На язык матери уже попало пять-шесть капель. Сначала он вливал по одной капле и делал паузу. Потом по две, наконец по три… Теперь почти весь язык был влажен. Санитар взглянул на деления, нанесенные на поилке. Выходило, что в рот матери попала примерно чайная ложка сока.
– Попробую влить еще немного, – сказал он, пристраивая поилку сбоку.
Желтый сок, протянувшись тонкой ниточкой, полился в горло.
– Прекрасно! – снова сказал санитар.
Вдруг мать, сморщив лицо, закашлялась. При этом язык ее толкнул носик поилки, и из него выплеснулось слишком много сока. Мать раскашлялась еще сильнее, носик поилки угрожающе уперся в верхнюю челюсть, задняя часть языка окрасилась в желтый цвет.
В горле у матери забулькало, будто его забило мокротой, она вдруг открыла глаза. При каждом вздохе на языке пенился желтый сок. И раздавался такой звук, будто всухую работал насос. Дыхание участилось раз в десять.
Санитар, не говоря ни слова, выскочил из комнаты… Когда через несколько минут вошел врач, мать издавала хриплые звуки и почти не дышала. Врач, остановившись у ее постели, несколько минут молча наблюдал за ней, потом, обнажив ей грудь, приложил стетоскоп. На правой стороне груди он проделал это три раза и один раз – посередине, прижав стетоскоп чуть сильнее. Дыхание прекратилось, словно этот легкий нажим поставил последнюю точку. С багрового лица матери и кончиков ее пальцев начала сходить краска. Врач выпрямился и позвал санитара, стоявшего в коридоре. Санитар обратил на врача широко раскрытые глаза, спрятанные за очками.
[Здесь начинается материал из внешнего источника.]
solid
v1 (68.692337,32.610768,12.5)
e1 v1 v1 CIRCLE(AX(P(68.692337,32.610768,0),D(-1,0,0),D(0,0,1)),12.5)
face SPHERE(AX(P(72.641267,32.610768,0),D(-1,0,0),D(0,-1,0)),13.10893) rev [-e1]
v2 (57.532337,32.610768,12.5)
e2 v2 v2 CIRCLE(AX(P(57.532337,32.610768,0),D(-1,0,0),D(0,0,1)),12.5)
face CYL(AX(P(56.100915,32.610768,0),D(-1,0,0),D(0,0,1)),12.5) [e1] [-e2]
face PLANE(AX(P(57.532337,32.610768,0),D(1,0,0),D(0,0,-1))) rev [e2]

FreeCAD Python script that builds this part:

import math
import FreeCAD as App
import Part
import Sketcher

doc = App.newDocument("Part")
body = doc.addObject("PartDesign::Body", "Body")

sketch1 = doc.addObject("Sketcher::SketchObject", "Sketch")
body.addObject(sketch1)
sketch1.AttachmentSupport = (doc.XY_Plane, [""])
sketch1.MapMode = "FlatFace"
sketch1.addGeometry([
    Part.LineSegment(App.Vector(57.5, 45.1, 0), App.Vector(57.5, 32.6, 0)),
    Part.LineSegment(App.Vector(57.5, 32.6, 0), App.Vector(59.5, 32.6, 0)),
    Part.ArcOfCircle(Part.Circle(App.Vector(72.6, 32.6, 0), App.Vector(0, 0, 1), 13.1), math.radians(108), math.radians(180)),
    Part.LineSegment(App.Vector(68.7, 45.1, 0), App.Vector(57.5, 45.1, 0)),
], False)
sketch1.addGeometry(Part.LineSegment(App.Vector(57.5, 32.6, 0), App.Vector(72.6, 32.6, 0)), True)
sketch1.addConstraint([
    Sketcher.Constraint("Coincident", 0, 2, 1, 1),
    Sketcher.Constraint("Coincident", 1, 2, 2, 2),
    Sketcher.Constraint("Coincident", 2, 1, 3, 1),
    Sketcher.Constraint("Coincident", 3, 2, 0, 1),
    Sketcher.Constraint("Vertical", 0),
    Sketcher.Constraint("Horizontal", 1),
    Sketcher.Constraint("Horizontal", 3),
    Sketcher.Constraint("Horizontal", 4),
    Sketcher.Constraint("Coincident", 4, 1, 0, 2),
    Sketcher.Constraint("Coincident", 4, 2, 2, 3),
    Sketcher.Constraint("DistanceX", 1, 1, 1, 2, 2.0),
    Sketcher.Constraint("DistanceY", 0, 2, 0, 1, 12.5),
    Sketcher.Constraint("DistanceX", 3, 2, 3, 1, 11.16),
    Sketcher.Constraint("DistanceY", -1, 1, 2, 3, 32.610768),
    Sketcher.Constraint("DistanceX", -1, 1, 2, 3, 72.641267),
])
revolution = doc.addObject("PartDesign::Revolution", "Revolution")
body.addObject(revolution)
revolution.Profile = sketch1
revolution.ReferenceAxis = (sketch1, ["Axis0"])
revolution.Angle = 360

doc.recompute()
Подняв руку, врач посмотрел на часы.
– Одиннадцать часов девятнадцать минут. – Назвав время, которое санитар должен был записать в историю болезни, врач обычным своим широким шагом вышел из комнаты.
Все произошло мгновенно.
Как только врач ушел, Синтаро, сидевший на полу, прислонясь к стене, почувствовал, как его тело покидает некая тяжесть, ему показалось, что вес, которым он давил на стену, исчез. Тело как бы всплыло вверх, и некоторое время он не мог шевельнуться.
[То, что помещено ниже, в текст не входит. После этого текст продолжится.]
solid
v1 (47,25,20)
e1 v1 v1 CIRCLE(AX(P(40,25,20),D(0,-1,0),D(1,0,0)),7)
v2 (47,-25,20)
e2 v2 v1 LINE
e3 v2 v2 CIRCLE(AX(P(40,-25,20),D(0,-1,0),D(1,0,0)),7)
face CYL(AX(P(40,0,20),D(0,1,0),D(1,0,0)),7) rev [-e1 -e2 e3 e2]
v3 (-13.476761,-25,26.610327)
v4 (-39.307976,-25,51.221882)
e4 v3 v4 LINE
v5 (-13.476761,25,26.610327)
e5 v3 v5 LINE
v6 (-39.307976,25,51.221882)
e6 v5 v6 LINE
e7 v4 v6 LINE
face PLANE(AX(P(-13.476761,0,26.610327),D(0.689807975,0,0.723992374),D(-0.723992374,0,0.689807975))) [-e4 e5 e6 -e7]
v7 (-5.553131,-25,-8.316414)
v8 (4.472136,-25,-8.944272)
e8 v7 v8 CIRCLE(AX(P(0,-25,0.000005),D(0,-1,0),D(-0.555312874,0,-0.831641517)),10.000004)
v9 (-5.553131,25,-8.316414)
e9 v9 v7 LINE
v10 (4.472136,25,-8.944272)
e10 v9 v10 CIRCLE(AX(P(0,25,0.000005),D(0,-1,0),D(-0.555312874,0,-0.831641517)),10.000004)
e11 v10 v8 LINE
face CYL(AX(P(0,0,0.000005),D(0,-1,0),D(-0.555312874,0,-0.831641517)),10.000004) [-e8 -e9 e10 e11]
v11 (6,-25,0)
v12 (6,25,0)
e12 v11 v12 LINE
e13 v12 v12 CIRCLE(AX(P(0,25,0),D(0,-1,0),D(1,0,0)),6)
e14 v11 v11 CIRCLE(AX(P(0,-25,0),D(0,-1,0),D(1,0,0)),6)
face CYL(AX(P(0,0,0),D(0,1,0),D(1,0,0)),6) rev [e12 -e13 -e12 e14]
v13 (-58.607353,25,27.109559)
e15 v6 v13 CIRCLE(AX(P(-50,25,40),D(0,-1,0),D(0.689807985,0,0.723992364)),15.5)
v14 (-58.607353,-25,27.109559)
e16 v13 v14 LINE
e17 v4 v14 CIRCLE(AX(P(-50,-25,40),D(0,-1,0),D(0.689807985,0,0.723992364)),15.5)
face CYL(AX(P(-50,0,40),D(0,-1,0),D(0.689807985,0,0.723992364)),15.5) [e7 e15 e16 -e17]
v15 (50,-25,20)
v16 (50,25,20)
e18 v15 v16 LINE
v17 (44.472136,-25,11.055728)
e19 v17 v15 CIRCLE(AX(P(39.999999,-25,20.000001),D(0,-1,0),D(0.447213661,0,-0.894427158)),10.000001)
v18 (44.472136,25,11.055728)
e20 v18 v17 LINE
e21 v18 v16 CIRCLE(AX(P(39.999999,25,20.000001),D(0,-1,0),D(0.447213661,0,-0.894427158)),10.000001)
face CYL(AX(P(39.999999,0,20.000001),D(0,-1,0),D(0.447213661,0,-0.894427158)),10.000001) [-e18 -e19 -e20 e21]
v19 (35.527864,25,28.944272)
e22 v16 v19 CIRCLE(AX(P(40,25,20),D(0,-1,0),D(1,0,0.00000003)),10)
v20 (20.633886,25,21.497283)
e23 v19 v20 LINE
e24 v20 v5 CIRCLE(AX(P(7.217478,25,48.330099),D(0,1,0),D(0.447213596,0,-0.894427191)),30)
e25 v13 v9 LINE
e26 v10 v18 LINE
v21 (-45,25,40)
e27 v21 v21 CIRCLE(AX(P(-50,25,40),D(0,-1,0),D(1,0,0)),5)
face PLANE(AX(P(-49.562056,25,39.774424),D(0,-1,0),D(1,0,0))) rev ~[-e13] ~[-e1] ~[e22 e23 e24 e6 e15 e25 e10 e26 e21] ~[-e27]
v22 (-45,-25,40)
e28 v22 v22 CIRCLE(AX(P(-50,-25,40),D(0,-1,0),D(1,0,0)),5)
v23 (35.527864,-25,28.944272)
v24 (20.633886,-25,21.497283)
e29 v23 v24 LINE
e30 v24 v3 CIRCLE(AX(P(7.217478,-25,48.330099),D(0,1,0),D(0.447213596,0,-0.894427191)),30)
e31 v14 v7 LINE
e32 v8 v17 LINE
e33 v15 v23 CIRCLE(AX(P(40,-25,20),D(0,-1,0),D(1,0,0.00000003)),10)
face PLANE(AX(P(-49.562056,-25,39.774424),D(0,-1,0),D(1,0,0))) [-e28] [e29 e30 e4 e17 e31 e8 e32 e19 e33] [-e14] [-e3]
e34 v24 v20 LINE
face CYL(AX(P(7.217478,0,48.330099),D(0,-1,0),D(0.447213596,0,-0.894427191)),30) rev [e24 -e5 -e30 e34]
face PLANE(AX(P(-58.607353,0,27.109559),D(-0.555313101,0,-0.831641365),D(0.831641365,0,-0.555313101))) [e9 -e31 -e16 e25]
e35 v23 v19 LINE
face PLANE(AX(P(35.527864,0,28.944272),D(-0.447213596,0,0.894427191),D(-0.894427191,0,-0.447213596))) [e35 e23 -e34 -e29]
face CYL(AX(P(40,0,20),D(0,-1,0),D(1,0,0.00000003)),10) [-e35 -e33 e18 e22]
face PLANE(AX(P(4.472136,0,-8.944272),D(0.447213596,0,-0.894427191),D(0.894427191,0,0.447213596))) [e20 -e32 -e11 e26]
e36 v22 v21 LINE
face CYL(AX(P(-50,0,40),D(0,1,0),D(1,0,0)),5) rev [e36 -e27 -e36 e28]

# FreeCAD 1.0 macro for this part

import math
import FreeCAD as App
import Part
import Sketcher

V = App.Vector
Q = App.Units.Quantity

doc = App.newDocument("Part")
body = doc.addObject("PartDesign::Body", "Body")

# Sketch on XZ plane
sketch1 = doc.addObject("Sketcher::SketchObject", "Sketch")
body.addObject(sketch1)
sketch1.AttachmentSupport = (doc.XZ_Plane, [""])
sketch1.MapMode = "FlatFace"
sketch1.addGeometry([
    Part.ArcOfCircle(Part.Circle(V(-50, 40, 0), V(0, 0, 1), 16), math.radians(46), math.radians(236)),  # 0
    Part.LineSegment(V(-59, 27, 0), V(-6, -8, 0)),  # 1
    Part.ArcOfCircle(Part.Circle(V(0, 0, 0), V(0, 0, 1), 10), math.radians(-124), math.radians(-63)),  # 2
    Part.LineSegment(V(4, -9, 0), V(44, 11, 0)),  # 3
    Part.ArcOfCircle(Part.Circle(V(40, 20, 0), V(0, 0, 1), 10), math.radians(-63), math.radians(0)),  # 4
    Part.ArcOfCircle(Part.Circle(V(40, 20, 0), V(0, 0, 1), 10), math.radians(0), math.radians(117)),  # 5
    Part.LineSegment(V(36, 29, 0), V(21, 21, 0)),  # 6
    Part.ArcOfCircle(Part.Circle(V(7, 48, 0), V(0, 0, 1), 30), math.radians(-134), math.radians(-63)),  # 7
    Part.LineSegment(V(-13, 27, 0), V(-39, 51, 0)),  # 8
    Part.Circle(V(0, 0, 0), V(0, 0, 1), 6),  # 9
    Part.Circle(V(-50, 40, 0), V(0, 0, 1), 5),  # 10
    Part.Circle(V(40, 20, 0), V(0, 0, 1), 7),  # 11
], False)
sketch1.addConstraint([
    Sketcher.Constraint("Tangent", 0, 2, 1, 1),
    Sketcher.Constraint("Tangent", 1, 2, 2, 1),
    Sketcher.Constraint("Tangent", 2, 2, 3, 1),
    Sketcher.Constraint("Tangent", 3, 2, 4, 1),
    Sketcher.Constraint("Tangent", 4, 2, 5, 1),
    Sketcher.Constraint("Tangent", 5, 2, 6, 1),
    Sketcher.Constraint("Tangent", 6, 2, 7, 2),
    Sketcher.Constraint("Tangent", 7, 1, 8, 1),
    Sketcher.Constraint("Tangent", 8, 2, 0, 1),
    Sketcher.Constraint("Coincident", 2, 3, -1, 1),
    Sketcher.Constraint("Coincident", 9, 3, -1, 1),
    Sketcher.Constraint("Coincident", 10, 3, 0, 3),
    Sketcher.Constraint("Coincident", 11, 3, 4, 3),
    Sketcher.Constraint("Equal", 4, 5),
    Sketcher.Constraint("Parallel", 3, 6),
    Sketcher.Constraint("Horizontal", 11, 3, 4, 2),
    Sketcher.Constraint("Diameter", 9, Q("12 mm")),
    Sketcher.Constraint("Diameter", 10, Q("10 mm")),
    Sketcher.Constraint("Diameter", 11, Q("14 mm")),
    Sketcher.Constraint("Radius", 4, Q("10.000001 mm")),
    Sketcher.Constraint("Radius", 7, Q("30 mm")),
    Sketcher.Constraint("Radius", 0, Q("15.5 mm")),
    Sketcher.Constraint("DistanceX", 0, 3, -1, 1, Q("50 mm")),
    Sketcher.Constraint("DistanceY", -1, 1, 0, 3, Q("40 mm")),
    Sketcher.Constraint("DistanceX", -1, 1, 4, 3, Q("39.999999 mm")),
    Sketcher.Constraint("DistanceY", -1, 1, 4, 3, Q("20.000001 mm")),
    Sketcher.Constraint("DistanceX", 2, 2, 3, 2, Q("40 mm")),
    Sketcher.Constraint("DistanceY", -1, 1, 7, 3, Q("48.330099 mm")),
])
pad1 = doc.addObject("PartDesign::Pad", "Pad")
body.addObject(pad1)
pad1.Profile = sketch1
pad1.Length = 50
pad1.Midplane = True

doc.recompute()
Прошло еще какое-то время, пока он обратил внимание на то, что санитар подвязывает матери челюсть и закрывает веки. Было не очень приятно видеть на белых пальцах санитара черные волоски, но, когда Синтаро удавалось отвлечься от его рук, переведя взгляд на мать, он испытывал необъяснимое волнение. Лицо матери сильно изменилось, страдальческое выражение исчезло с него; успокоенное, оно снова казалось таким, каким было лет десять назад… И тут в палате раздался странный звук. Такого он еще никогда не слышал. Поняв, что это плачет тетушка, он удивился еще больше. Когда умирает человек, наконец вспомнил он, близкие люди обычно плачут. И звучавший в палате плач он долго воспринимал почему-то как угрозу, как вызов. Печально, когда тебя оплакивают, подумал он. И разозлился на плачущую тетку. Зачем плакать? Разве под силу слезам превратить нас в добросердечных, теплых людей? Рядом с теткой стоял на коленях отец, обхватив руками голову. С этой минуты Синтаро впал в апатию… Санитар, стоявший за спинами плачущей тетки и отца, в крайнем возбуждении выскочил из палаты и побежал по коридору, но тут же вернулся с каким-то предметом, напоминающим круглый ком риса с воткнутыми в него палочками для еды. Поставив его и чашку с водой у постели матери, он, ругая на ходу пациентов, наблюдавших из своих окон через коридор за тем, что происходит в палате, снова куда-то умчался… Уж не носится ли он так, подумал Синтаро, оттого что хочет сгладить тяжелый осадок от страданий, причиненных им матери перед самой смертью. В любом случае нечего принимать это так близко к сердцу, хотел сказать ему Синтаро, но случая не представилось – санитар всячески избегал его взгляда. Хотя, если б тот и посмотрел на Синтаро глазами загнанного человека, молящими о прощении, он убежал бы…
Представляя себе эту картину и к тому же терзаемый плачем, Синтаро подумал, что здесь ему больше делать нечего. Он встал. Когда он направлялся к двери, тетка вопросительно подняла на него красные, заплаканные глаза, но Синтаро, не обратив на нее внимания, вышел из комнаты.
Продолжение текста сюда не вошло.